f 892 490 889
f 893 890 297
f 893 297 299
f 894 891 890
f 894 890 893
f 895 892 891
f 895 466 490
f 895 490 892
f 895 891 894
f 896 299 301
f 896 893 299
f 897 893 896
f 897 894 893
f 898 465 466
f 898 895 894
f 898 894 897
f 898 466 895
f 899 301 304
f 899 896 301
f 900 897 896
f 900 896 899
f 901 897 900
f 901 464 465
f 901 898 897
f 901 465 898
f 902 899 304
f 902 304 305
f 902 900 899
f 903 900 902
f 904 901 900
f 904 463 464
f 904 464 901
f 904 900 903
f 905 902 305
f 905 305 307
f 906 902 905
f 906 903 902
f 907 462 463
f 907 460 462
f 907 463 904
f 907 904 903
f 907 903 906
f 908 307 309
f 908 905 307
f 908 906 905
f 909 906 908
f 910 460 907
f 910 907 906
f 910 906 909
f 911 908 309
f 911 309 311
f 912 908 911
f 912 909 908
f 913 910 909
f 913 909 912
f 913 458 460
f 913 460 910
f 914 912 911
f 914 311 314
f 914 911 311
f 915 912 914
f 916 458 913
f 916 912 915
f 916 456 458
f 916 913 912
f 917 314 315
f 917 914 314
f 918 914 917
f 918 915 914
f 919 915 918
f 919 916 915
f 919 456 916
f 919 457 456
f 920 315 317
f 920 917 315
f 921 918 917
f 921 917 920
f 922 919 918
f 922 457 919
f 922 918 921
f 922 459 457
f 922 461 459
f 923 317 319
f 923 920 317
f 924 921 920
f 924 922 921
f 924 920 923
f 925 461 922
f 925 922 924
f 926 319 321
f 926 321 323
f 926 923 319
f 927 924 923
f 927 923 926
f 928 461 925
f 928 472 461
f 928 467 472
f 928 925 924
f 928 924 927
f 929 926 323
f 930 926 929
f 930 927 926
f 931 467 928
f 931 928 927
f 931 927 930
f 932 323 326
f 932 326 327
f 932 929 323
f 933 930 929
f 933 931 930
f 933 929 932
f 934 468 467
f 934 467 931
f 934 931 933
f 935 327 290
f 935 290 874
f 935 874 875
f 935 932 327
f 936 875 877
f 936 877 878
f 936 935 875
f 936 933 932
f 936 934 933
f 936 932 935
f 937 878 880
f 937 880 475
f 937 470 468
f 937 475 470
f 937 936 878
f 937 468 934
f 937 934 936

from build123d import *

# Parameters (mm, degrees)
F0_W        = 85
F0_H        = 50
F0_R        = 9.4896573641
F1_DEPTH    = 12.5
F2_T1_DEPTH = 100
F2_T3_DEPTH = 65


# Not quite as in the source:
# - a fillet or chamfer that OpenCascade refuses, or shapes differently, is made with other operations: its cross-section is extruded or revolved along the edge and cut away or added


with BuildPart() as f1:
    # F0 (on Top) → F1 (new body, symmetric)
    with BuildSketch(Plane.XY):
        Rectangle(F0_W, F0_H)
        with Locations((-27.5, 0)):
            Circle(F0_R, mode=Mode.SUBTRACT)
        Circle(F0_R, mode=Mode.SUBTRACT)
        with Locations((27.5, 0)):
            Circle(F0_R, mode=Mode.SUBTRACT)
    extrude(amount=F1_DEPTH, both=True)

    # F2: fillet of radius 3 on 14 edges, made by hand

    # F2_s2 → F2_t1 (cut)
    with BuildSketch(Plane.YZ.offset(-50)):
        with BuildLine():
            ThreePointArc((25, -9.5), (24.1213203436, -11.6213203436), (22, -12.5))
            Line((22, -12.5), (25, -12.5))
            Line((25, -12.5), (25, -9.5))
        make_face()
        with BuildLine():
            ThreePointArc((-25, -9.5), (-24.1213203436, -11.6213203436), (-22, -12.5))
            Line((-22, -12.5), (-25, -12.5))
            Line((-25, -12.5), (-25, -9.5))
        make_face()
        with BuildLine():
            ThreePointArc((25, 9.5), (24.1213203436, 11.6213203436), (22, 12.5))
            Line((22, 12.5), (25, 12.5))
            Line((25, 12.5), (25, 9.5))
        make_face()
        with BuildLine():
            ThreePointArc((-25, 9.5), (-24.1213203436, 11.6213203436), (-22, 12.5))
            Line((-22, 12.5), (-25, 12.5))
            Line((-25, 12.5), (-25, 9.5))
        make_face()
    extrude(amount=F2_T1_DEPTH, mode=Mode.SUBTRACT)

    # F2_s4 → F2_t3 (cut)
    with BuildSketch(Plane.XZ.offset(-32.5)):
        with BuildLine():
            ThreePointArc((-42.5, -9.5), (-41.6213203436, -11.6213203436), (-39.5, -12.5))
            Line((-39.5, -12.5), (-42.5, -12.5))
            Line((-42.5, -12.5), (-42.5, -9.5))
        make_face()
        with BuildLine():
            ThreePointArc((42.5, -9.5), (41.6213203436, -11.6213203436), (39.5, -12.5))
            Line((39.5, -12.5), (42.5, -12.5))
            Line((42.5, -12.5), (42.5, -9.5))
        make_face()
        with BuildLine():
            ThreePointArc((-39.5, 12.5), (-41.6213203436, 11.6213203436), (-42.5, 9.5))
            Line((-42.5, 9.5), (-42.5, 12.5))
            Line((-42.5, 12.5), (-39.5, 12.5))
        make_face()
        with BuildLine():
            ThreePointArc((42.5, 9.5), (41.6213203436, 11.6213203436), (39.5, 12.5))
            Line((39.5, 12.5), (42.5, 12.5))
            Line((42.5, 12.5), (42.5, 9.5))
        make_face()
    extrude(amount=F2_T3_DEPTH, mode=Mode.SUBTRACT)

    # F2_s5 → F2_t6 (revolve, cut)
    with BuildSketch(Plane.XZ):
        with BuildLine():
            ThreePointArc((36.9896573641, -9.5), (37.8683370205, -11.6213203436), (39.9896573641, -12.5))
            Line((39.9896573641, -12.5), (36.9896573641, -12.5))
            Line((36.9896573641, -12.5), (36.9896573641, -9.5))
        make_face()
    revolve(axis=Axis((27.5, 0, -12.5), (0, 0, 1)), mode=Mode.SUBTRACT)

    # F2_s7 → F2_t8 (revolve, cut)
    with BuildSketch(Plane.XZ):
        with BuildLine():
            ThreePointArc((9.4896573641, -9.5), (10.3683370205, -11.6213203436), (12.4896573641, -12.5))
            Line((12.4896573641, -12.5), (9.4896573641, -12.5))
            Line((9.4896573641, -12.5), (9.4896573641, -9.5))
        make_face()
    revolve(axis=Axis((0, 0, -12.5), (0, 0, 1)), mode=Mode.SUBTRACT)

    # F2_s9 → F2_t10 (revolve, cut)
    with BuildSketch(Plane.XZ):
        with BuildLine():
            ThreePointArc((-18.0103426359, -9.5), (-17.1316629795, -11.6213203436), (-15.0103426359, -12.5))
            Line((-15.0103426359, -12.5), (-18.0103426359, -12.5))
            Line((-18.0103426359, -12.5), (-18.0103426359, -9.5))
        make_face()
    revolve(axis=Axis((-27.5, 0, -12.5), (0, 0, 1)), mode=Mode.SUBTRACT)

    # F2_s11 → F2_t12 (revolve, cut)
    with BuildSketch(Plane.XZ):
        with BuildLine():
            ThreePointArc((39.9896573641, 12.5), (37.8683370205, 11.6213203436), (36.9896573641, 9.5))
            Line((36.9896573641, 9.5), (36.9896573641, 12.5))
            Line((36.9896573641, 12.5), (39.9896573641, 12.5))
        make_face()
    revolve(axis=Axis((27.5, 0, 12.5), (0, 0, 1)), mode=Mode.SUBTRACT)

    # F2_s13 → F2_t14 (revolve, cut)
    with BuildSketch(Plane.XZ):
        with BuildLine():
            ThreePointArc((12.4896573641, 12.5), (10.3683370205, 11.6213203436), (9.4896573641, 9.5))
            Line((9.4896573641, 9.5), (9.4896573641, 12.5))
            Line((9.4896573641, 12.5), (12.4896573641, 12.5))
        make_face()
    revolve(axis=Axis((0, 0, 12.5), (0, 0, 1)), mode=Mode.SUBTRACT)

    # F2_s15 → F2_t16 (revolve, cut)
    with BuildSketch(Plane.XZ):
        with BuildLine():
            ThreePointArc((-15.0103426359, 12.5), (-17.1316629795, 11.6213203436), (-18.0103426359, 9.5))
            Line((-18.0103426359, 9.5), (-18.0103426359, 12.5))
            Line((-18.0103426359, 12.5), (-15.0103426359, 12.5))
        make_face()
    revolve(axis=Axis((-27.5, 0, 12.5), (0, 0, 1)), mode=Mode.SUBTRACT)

...

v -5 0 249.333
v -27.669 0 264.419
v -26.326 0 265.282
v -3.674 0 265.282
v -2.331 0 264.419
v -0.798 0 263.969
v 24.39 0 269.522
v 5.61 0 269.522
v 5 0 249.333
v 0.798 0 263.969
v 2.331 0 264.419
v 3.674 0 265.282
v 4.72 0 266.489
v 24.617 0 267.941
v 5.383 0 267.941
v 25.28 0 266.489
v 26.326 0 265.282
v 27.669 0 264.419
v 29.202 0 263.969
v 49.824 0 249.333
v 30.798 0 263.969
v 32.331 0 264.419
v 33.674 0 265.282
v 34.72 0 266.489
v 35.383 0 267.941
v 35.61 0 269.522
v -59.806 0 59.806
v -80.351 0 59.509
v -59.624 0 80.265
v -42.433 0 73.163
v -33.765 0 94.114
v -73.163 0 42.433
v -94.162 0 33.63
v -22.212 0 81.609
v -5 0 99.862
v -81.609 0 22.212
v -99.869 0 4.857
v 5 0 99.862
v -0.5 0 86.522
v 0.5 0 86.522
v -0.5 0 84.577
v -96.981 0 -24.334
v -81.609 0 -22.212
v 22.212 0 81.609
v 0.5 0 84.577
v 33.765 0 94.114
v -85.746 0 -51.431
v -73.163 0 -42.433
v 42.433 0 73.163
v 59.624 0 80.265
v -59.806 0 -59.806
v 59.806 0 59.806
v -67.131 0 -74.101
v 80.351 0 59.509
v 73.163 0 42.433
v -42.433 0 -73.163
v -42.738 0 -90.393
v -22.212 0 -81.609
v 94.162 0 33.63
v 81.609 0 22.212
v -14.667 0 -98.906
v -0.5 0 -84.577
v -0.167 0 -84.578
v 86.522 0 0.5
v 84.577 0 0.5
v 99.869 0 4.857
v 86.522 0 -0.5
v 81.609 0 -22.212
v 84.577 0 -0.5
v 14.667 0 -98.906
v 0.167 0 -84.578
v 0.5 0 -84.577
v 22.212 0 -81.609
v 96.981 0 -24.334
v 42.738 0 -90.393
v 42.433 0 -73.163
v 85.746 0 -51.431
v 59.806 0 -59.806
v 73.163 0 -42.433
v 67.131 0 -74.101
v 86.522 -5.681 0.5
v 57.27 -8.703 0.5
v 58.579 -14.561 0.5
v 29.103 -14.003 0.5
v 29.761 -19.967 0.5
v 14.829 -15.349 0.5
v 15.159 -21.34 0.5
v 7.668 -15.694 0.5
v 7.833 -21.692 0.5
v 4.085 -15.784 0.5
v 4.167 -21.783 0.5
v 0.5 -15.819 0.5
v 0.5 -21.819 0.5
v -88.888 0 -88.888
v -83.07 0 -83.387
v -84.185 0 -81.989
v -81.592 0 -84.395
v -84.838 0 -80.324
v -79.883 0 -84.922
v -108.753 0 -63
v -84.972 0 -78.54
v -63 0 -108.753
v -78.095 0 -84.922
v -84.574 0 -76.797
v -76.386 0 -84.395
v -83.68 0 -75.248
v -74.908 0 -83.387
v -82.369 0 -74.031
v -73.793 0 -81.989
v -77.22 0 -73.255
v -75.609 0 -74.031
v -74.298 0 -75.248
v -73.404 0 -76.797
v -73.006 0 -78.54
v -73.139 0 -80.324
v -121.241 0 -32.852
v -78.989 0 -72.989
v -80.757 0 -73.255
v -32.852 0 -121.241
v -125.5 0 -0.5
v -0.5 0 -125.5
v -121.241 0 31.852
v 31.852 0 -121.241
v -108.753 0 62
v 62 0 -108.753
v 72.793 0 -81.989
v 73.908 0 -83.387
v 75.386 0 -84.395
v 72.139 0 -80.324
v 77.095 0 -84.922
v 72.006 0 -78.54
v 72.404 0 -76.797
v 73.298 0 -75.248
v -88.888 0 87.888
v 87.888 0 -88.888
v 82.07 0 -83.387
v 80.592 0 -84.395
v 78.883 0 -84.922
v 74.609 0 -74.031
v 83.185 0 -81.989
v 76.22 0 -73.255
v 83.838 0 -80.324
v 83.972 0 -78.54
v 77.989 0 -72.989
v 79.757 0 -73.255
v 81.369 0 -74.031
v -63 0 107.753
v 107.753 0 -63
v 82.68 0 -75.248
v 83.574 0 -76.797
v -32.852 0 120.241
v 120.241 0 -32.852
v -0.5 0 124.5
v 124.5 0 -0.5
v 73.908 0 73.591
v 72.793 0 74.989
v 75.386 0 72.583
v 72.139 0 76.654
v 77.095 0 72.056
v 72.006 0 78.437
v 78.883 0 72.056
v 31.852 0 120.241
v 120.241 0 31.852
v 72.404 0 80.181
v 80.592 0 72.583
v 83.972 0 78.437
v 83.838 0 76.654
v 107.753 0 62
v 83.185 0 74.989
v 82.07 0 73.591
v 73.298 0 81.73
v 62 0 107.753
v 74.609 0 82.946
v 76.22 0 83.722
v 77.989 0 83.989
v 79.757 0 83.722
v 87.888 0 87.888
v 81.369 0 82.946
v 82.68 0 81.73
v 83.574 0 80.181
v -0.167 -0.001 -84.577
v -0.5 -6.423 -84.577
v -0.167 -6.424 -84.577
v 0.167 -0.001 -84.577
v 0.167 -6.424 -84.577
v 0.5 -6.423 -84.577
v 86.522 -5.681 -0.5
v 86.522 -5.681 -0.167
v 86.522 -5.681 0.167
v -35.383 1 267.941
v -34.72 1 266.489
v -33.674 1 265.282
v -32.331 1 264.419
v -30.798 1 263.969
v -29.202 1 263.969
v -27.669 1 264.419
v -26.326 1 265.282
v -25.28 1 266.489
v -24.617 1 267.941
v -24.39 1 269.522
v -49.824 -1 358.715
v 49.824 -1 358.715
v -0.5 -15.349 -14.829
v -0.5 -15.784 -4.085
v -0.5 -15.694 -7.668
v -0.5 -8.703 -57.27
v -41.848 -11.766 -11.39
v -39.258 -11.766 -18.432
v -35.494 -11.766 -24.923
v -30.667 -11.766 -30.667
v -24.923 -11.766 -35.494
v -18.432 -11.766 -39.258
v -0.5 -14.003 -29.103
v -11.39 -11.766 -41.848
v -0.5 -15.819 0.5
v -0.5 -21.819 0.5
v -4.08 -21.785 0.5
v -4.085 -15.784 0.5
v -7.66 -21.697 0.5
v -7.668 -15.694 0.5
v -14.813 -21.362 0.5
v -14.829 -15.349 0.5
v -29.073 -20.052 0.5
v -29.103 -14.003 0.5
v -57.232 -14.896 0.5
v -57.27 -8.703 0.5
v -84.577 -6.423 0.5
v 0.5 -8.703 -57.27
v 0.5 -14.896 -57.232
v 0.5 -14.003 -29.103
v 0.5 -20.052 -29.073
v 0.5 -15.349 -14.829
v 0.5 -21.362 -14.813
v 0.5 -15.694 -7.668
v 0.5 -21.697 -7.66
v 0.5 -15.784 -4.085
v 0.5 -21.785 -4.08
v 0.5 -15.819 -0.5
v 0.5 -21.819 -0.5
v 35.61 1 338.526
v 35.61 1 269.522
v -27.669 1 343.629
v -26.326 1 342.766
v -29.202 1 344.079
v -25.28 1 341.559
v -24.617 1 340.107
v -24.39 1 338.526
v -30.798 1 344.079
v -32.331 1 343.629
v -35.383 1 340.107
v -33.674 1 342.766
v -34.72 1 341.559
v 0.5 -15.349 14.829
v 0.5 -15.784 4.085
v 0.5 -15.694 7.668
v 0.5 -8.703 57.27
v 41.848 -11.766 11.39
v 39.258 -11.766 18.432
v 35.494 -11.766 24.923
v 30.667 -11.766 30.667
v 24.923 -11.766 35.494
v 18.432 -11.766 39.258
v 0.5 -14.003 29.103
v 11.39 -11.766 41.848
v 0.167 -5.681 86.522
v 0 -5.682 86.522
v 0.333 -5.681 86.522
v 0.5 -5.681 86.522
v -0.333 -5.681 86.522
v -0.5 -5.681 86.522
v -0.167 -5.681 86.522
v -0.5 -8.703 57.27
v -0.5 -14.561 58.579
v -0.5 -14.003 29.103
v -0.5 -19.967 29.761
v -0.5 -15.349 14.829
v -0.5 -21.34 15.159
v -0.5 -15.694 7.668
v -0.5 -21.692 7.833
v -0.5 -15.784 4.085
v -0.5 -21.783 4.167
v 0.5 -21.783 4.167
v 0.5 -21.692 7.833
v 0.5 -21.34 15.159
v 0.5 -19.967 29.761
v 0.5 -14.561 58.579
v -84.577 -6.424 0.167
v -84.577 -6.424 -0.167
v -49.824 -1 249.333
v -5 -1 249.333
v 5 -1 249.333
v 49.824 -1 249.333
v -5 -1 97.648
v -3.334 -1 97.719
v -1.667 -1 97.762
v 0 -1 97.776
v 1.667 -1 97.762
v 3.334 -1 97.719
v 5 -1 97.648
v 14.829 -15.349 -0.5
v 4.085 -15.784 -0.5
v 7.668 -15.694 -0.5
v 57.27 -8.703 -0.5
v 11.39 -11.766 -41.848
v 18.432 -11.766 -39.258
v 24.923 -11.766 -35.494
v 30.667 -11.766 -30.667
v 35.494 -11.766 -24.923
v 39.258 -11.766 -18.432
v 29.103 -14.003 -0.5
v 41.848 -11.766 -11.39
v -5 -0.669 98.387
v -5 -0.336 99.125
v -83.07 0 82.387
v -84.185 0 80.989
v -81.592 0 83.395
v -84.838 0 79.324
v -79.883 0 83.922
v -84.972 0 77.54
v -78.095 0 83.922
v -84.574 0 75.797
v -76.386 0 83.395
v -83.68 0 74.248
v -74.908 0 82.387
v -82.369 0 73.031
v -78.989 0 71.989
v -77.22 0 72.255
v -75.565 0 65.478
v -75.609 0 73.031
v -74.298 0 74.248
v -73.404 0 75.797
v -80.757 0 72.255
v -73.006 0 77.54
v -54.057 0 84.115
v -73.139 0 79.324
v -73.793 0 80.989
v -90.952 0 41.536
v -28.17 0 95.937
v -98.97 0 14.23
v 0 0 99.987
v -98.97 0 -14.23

--- Problem statement ---
Only the number is wanted: how many lines in the preceding entries hold the string "Locations"?

--- Exercise output ---
2